On a positive note the cancer in her lung was cut out in January, 2022, and she spent the next few months recovering. While she was getting her strength back, the psychiatric assessment was finished with the forensic psychologist saying Jack was worse than when he was first diagnosed, Deborah said.
She thought it was a breakthrough, and his treatments would resume.
But that wasn’t enough. It took Jack jumping in front of cars going 100kph along State Highway 3 for him to be taken to Taranaki’s mental health unit, she says.

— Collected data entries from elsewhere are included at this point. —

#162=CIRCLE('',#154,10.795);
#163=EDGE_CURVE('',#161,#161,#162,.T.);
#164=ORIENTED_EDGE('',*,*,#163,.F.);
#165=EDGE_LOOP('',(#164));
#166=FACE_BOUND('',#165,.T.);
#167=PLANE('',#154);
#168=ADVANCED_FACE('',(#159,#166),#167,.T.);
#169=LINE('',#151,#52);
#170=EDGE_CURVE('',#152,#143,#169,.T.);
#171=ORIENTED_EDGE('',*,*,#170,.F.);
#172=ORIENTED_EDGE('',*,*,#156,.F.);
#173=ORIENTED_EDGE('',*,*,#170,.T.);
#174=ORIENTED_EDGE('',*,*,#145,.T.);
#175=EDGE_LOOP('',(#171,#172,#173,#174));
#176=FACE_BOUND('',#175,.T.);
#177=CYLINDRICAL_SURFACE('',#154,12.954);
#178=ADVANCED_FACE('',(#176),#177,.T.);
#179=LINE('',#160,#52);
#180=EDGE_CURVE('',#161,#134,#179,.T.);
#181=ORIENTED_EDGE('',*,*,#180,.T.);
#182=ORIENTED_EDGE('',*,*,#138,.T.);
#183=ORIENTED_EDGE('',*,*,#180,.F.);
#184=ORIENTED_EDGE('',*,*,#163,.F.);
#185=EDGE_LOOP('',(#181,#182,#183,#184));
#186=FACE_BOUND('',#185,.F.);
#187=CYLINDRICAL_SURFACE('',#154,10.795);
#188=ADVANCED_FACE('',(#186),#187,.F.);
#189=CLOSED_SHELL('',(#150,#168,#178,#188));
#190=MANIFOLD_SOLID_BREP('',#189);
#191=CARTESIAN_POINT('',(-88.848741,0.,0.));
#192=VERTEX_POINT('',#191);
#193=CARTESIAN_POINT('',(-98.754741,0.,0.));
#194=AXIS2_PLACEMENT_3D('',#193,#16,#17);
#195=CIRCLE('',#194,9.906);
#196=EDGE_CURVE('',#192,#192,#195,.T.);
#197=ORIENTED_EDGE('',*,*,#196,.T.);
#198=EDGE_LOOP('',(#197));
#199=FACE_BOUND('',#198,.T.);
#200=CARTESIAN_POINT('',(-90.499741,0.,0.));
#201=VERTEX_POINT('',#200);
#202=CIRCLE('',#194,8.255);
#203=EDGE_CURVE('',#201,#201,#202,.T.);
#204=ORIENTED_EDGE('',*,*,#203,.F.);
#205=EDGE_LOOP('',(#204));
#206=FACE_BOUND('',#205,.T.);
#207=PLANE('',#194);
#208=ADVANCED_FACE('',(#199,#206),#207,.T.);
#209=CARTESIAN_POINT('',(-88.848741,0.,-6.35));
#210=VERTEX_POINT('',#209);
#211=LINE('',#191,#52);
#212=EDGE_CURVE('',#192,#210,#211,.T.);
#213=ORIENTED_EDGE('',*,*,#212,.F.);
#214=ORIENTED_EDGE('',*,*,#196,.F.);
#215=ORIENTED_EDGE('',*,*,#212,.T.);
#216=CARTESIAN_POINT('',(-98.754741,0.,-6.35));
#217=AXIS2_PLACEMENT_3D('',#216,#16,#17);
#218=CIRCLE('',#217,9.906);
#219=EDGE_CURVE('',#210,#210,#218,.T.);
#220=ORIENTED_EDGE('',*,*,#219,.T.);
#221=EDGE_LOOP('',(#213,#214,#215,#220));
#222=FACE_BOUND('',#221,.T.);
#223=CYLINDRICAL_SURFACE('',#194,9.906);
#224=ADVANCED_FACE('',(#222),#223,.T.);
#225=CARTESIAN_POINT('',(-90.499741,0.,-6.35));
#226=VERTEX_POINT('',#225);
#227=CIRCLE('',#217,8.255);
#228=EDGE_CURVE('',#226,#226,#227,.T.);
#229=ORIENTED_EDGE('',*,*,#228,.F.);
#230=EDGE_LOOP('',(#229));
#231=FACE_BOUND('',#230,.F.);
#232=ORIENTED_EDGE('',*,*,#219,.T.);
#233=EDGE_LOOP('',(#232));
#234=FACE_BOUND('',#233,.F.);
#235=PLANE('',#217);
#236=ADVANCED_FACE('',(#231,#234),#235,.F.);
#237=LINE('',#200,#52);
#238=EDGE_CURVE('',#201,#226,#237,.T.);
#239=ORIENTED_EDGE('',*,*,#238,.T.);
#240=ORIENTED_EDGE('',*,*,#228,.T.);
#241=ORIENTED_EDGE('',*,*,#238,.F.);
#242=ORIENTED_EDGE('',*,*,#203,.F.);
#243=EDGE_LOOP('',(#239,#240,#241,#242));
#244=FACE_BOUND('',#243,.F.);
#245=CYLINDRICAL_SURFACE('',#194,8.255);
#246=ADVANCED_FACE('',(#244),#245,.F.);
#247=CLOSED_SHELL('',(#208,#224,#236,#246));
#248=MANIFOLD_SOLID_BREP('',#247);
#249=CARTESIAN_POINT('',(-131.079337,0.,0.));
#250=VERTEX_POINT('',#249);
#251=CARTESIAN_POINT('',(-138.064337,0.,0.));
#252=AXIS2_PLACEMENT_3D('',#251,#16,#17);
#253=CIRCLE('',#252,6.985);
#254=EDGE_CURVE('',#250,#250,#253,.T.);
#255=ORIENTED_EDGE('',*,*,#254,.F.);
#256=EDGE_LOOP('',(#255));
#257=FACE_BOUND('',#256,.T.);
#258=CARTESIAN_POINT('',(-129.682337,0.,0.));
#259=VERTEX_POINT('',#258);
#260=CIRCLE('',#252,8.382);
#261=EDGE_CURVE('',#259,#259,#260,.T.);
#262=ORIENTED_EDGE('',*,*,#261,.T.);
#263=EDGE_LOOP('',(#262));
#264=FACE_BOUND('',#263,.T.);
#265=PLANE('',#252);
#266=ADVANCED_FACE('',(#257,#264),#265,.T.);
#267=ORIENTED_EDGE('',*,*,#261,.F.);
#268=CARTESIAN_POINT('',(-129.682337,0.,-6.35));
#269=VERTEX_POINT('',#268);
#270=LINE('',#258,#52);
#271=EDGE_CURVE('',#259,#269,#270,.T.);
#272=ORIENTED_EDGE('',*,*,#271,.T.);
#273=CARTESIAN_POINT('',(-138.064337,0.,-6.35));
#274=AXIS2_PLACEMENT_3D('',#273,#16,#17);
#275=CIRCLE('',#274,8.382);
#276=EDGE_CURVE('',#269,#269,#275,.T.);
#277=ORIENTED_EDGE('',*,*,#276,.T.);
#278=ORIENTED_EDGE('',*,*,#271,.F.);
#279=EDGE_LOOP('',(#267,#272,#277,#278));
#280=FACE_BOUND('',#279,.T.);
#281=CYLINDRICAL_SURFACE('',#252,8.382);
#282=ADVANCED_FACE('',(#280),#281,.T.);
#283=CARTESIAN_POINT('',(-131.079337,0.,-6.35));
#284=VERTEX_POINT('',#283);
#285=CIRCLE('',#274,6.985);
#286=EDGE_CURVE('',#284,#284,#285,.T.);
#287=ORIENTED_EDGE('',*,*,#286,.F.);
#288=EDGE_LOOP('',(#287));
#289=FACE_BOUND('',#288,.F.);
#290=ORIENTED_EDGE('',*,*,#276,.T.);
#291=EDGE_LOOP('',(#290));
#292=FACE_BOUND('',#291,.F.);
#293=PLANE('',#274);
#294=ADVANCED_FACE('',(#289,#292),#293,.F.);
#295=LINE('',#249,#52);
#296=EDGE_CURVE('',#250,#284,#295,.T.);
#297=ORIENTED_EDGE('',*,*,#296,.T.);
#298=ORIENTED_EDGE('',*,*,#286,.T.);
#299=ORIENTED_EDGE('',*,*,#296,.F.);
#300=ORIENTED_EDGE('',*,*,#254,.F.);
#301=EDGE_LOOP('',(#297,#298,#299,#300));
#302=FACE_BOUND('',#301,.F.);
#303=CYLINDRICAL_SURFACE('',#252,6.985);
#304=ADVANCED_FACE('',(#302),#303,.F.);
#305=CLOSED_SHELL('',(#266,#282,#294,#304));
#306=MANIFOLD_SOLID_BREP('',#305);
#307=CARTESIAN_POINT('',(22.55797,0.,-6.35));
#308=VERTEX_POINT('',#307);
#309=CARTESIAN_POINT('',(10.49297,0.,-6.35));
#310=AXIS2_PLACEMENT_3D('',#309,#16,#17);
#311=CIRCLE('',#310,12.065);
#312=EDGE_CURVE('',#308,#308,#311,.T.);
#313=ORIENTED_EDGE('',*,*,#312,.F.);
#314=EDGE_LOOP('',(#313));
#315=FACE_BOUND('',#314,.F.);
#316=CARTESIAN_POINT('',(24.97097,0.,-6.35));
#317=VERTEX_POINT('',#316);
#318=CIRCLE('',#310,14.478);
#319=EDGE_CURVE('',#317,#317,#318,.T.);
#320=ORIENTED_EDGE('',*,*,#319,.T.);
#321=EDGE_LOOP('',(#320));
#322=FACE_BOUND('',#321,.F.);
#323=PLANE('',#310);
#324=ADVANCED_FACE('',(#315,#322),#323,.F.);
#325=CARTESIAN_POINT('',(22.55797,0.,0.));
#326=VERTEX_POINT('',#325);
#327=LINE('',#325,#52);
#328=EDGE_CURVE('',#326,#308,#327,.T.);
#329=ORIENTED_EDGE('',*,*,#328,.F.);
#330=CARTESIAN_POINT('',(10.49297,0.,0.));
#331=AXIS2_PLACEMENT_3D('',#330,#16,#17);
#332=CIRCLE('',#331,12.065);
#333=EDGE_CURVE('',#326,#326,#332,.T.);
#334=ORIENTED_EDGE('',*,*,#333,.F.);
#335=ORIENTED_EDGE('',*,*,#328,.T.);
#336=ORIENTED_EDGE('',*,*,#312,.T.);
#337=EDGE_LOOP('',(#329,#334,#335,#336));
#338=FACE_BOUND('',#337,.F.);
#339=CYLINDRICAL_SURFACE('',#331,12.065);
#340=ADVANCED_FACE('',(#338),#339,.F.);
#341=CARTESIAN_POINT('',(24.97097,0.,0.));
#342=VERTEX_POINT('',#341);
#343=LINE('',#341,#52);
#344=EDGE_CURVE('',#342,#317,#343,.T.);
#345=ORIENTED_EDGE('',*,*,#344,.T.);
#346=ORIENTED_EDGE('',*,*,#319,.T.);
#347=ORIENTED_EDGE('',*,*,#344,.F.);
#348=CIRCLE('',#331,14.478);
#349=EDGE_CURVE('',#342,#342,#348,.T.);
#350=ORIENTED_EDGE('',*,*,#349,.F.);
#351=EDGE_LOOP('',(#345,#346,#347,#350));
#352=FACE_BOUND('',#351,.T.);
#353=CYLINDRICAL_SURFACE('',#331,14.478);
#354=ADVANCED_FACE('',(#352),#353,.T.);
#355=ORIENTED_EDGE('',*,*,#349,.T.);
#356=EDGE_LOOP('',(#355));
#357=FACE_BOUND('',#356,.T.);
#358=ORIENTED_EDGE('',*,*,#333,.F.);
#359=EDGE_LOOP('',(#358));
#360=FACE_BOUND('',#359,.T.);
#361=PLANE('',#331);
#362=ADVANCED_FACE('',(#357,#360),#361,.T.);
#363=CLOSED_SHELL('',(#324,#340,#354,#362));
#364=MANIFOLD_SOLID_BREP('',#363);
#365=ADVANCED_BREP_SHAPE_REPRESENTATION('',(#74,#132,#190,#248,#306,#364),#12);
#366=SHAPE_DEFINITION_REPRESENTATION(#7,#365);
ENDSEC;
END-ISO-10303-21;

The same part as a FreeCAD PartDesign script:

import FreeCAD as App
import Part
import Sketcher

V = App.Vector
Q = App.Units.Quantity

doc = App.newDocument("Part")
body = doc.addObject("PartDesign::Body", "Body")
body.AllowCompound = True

‘‘It all fell into place, because I still don’t think he would have got into that unit unless he had jumped in front of those cars. That’s my feeling, because I had tried for years. I had rung the crisis team. You know, the mental health nurse, everyone.’’
And if Jack hadn’t got some help at that point, Deborah said, she would have broken down. She was falling to bits. Trying to organise getting a new house built was ongoing – it was still not finished – and she was worried he would end up jail.
So Deborah had a bit of respite knowing he was OK. But it didn’t last long. Within three weeks Jack was sent home from the mental health unit.
And they still wouldn’t put him on the injection.
They don’t listen to her, she says, they ‘‘preach’’ the Privacy
Act.
‘‘The only way they can apparently talk to me as if he’s actually sectioned under the Mental Health Act, because then I’m his only next of kin. But as he’s not they tell me as little as possible.’’
Under Section 7A of the Mental Health Act, there is a mandatory requirement for practitioners to consult with the family or whānau of a patient being treated under a compulsory assessment and treatment process, unless doing so would compromise their care.
There is no such provision in the
Mental Health Act in relation to voluntary patients, meaning families can often be shut off from information they believe they have a right to know.
She’s been told her brother doesn’t want her to know what’s going on. But Deborah says that’s because of his paranoia and she’s his only relative.
It’s more than frustrating and Deborah’s anger and frustration sometimes comes out during her interactions with the health professionals she deals with.
‘‘They must think I’m a right awful person. But, I went through all sorts of organisations and emailed them when everything was first happening. And nobody really came back to me or did anything.’’
And that’s when she reaches the end of her tether. She has nowhere to turn and feels alone.
‘‘Whenever the phone rings and someone tries to tell me something about Jack, I’m like, oh God, here we go again.’’
* At the moment Jack is staying on his medication and doing OK.